Windburn

Page 44

“I’m Larkspur, and this is Cactus, and Peta.” I pointed to the others as I named them. “Tom, we’d like to speak with Queen Aria. Where do we petition?”

His sword whipped back up, slicing into my cheek as the scent of berry wine wafted over me. Great. A drunken fairy on a power trip. Just what we needed.

“Wait, she said the only people coming to speak to her would be trouble and I should try and stop them.”

“Ahhh,” Cactus said. “There’s the rub. The word ‘try’ implies that no matter what you do, you wouldn’t be able to stop said trouble.”

Tom’s mouth dropped open. “Are you sure?”

Peta leapt up and caught him between her big paws so fast she was a white blur. “Yes, quite sure.”

“Don’t hurt him!” I yelped. I could easily imagine what the queen would say if we killed one of her guards right off the start.

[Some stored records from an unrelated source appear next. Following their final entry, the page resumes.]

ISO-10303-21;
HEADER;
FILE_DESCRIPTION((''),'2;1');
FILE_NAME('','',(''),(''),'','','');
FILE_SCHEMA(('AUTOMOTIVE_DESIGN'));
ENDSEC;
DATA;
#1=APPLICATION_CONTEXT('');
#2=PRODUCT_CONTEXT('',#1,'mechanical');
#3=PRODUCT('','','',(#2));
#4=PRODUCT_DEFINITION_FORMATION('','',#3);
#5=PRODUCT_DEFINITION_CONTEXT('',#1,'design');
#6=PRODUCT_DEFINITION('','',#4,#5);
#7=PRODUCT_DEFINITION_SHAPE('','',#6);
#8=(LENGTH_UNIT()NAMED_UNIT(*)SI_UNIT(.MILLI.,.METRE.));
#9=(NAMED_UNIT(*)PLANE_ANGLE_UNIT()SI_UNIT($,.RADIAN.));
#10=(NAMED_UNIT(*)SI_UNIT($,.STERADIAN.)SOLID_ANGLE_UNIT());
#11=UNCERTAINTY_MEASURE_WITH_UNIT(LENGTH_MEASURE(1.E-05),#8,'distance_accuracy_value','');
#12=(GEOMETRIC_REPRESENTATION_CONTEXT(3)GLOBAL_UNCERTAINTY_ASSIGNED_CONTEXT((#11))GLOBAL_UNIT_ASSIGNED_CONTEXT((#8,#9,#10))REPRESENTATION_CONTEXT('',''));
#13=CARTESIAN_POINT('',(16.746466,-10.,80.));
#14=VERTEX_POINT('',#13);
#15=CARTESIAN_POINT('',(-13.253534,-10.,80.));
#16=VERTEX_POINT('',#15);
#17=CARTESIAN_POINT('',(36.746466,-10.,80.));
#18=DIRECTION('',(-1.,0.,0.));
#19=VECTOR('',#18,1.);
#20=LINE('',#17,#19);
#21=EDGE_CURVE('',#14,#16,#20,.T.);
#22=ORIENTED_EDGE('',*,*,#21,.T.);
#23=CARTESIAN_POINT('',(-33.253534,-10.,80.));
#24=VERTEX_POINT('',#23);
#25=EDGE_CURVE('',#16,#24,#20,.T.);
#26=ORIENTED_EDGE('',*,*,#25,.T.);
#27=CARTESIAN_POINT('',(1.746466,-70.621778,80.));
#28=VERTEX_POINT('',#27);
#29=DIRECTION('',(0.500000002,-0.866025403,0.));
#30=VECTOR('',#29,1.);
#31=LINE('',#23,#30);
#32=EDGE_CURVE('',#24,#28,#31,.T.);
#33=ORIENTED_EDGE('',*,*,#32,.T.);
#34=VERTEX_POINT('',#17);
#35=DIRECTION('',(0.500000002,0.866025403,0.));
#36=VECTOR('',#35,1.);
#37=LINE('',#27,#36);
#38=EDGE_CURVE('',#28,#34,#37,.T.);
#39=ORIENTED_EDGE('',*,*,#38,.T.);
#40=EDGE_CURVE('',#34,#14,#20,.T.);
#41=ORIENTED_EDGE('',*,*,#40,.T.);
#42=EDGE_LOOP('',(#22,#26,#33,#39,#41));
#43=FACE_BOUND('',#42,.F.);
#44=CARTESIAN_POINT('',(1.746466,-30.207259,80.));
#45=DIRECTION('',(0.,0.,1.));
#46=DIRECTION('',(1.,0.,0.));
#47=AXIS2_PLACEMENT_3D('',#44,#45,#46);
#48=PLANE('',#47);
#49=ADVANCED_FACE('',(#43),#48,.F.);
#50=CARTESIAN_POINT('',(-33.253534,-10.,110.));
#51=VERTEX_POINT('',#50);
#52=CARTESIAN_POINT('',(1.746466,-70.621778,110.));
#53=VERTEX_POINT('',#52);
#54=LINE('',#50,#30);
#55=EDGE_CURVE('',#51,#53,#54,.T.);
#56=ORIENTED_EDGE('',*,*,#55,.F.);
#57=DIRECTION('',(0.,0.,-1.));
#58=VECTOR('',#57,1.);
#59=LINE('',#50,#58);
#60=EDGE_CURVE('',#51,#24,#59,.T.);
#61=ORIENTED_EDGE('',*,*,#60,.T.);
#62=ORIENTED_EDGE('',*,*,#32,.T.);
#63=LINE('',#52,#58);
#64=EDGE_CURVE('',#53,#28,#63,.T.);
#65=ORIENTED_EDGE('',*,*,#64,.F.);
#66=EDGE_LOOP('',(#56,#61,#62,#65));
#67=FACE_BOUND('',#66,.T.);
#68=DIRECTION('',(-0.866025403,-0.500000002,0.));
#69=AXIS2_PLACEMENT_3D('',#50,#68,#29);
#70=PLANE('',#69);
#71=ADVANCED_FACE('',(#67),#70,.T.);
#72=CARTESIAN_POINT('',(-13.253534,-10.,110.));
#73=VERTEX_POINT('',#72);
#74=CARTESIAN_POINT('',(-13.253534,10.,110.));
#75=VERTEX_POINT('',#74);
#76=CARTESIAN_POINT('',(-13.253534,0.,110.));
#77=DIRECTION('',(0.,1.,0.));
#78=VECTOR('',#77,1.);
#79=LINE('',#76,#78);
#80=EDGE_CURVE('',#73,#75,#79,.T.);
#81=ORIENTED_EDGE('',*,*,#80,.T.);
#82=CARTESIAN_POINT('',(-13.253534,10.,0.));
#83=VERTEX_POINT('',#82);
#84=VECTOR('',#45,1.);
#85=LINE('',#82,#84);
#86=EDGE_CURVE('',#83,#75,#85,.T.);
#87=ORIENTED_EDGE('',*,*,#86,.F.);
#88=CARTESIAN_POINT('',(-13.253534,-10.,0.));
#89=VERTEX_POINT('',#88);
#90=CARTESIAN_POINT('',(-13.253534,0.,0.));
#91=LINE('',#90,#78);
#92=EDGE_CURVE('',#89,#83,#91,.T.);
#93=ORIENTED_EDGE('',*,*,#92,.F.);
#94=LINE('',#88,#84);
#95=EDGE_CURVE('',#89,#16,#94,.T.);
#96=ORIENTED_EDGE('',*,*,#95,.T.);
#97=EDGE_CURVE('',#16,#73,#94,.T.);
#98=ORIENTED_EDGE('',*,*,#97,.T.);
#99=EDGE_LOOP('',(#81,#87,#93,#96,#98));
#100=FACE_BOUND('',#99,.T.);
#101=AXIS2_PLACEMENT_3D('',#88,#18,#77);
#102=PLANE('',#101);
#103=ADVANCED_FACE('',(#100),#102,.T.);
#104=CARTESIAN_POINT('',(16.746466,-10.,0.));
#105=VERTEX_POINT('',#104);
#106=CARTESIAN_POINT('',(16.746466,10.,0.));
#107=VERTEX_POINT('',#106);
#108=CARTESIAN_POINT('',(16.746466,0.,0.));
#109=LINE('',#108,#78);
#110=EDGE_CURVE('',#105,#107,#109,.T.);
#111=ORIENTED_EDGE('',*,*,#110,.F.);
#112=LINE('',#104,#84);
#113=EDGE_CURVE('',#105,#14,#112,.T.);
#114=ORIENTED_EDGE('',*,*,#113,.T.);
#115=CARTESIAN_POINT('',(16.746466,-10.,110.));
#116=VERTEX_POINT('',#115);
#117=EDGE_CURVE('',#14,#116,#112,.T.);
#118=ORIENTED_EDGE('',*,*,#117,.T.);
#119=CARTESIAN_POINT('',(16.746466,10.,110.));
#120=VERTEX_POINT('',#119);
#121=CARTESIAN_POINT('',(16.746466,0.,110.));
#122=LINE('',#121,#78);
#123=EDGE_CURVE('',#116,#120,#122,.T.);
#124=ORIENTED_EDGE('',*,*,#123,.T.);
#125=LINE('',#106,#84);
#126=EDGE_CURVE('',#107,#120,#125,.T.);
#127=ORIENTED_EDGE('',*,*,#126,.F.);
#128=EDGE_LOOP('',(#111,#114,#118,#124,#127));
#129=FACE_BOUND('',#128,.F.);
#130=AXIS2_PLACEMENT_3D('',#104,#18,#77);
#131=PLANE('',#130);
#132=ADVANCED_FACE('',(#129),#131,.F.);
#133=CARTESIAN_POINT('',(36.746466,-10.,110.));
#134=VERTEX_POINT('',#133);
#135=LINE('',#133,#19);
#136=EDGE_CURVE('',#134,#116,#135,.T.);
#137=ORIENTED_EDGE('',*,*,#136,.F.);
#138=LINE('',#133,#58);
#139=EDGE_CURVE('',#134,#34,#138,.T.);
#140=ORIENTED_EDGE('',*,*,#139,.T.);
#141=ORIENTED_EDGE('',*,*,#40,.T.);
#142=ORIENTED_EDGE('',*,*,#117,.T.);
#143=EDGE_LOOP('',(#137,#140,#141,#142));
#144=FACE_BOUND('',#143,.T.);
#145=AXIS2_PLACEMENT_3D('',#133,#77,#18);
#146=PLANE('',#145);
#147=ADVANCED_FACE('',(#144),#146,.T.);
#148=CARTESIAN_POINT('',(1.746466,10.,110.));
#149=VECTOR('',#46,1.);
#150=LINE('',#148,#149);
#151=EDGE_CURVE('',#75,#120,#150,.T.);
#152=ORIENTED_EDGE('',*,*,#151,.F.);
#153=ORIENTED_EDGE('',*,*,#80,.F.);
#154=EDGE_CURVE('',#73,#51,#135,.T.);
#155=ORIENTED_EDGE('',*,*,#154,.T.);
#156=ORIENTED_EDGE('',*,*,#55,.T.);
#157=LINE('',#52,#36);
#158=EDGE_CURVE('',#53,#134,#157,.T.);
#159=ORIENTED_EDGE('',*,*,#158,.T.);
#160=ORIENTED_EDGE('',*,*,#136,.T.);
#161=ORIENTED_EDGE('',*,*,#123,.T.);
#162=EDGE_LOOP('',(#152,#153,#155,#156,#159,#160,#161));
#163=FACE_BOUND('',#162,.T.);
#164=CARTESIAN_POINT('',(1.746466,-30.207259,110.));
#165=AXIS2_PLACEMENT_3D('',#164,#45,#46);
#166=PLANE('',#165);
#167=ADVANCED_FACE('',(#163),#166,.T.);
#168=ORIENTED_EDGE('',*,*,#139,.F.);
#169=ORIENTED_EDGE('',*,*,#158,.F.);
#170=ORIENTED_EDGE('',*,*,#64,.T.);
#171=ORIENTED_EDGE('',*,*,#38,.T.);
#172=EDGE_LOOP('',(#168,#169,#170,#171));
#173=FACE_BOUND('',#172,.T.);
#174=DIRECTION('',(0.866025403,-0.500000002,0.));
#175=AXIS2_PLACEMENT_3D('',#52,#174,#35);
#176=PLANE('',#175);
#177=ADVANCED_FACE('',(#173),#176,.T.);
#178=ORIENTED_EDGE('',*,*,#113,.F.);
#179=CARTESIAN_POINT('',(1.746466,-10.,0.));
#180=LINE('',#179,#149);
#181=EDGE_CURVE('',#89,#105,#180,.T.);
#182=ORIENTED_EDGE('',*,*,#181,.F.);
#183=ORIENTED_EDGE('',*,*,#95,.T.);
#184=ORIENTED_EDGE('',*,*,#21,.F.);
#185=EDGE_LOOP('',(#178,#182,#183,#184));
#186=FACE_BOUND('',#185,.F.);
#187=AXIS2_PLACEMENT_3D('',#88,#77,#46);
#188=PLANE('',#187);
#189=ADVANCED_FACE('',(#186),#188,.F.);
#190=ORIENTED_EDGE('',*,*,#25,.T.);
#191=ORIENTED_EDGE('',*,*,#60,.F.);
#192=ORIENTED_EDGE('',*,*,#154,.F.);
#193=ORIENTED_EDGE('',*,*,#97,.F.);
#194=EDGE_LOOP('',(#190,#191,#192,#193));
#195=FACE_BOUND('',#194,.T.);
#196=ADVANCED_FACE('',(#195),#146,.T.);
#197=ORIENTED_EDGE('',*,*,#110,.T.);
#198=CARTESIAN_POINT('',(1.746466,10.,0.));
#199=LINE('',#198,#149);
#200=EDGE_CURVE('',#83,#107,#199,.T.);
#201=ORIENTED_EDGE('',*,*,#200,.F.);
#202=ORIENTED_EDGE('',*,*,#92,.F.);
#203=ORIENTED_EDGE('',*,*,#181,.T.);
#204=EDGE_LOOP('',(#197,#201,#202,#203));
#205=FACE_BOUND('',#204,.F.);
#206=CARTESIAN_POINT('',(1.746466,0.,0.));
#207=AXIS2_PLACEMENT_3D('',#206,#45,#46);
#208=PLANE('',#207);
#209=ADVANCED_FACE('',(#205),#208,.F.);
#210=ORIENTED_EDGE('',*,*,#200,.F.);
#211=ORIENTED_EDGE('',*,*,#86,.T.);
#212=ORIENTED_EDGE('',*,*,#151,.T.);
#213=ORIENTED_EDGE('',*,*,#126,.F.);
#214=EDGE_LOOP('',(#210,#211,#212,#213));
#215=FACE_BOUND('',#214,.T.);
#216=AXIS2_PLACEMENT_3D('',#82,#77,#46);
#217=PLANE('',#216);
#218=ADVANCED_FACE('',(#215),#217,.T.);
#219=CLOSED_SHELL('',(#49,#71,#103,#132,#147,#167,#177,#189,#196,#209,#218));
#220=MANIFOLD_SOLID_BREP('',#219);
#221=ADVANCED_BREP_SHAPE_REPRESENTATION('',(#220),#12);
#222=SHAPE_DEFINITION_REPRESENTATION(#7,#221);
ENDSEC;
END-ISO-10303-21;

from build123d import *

# Parameters (mm, degrees)
F0_W     = 30
F0_H     = 20
F3_DEPTH = 110
F4_DEPTH = 30


with BuildPart() as f3:
    # F0 (on Top) → F3 (new body)
    with BuildSketch(Plane.XY):
        with Locations((1.746466, 0)):
            Rectangle(F0_W, F0_H)
    extrude(amount=F3_DEPTH)

    # F2 (on offset) → F4 (join)
    with BuildSketch(Plane.XY.offset(110)):
        Polygon((16.746466, -10), (-13.253534, -10), (-33.253534, -10), (1.746466, -70.621778), (36.746466, -10), align=None)
    extrude(amount=-F4_DEPTH)


solid = f3.part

Not exactly the introduction I was looking for.

Peta let out a yelp and leapt back, shaking her paw. “Little prick!”

“That’s not what the ladies say!” he hollered back as he zipped toward the gates.

“Hurry, we have to make it there ahead of him.” I bolted after the fairy, the glitter of his wings making it easy to track his progress. Peta was ahead of me, snarling.

Tom looked over his shoulder, yelped and sped up. Damn it. “Fairy sharts, they’re gaining on me! Open the gates, let me in!”

The gates didn’t move, though a few faces peered through the tall grills.

I held a hand up and slid to a stop. “Wait, Peta. I think . . . I think he wasn’t official.”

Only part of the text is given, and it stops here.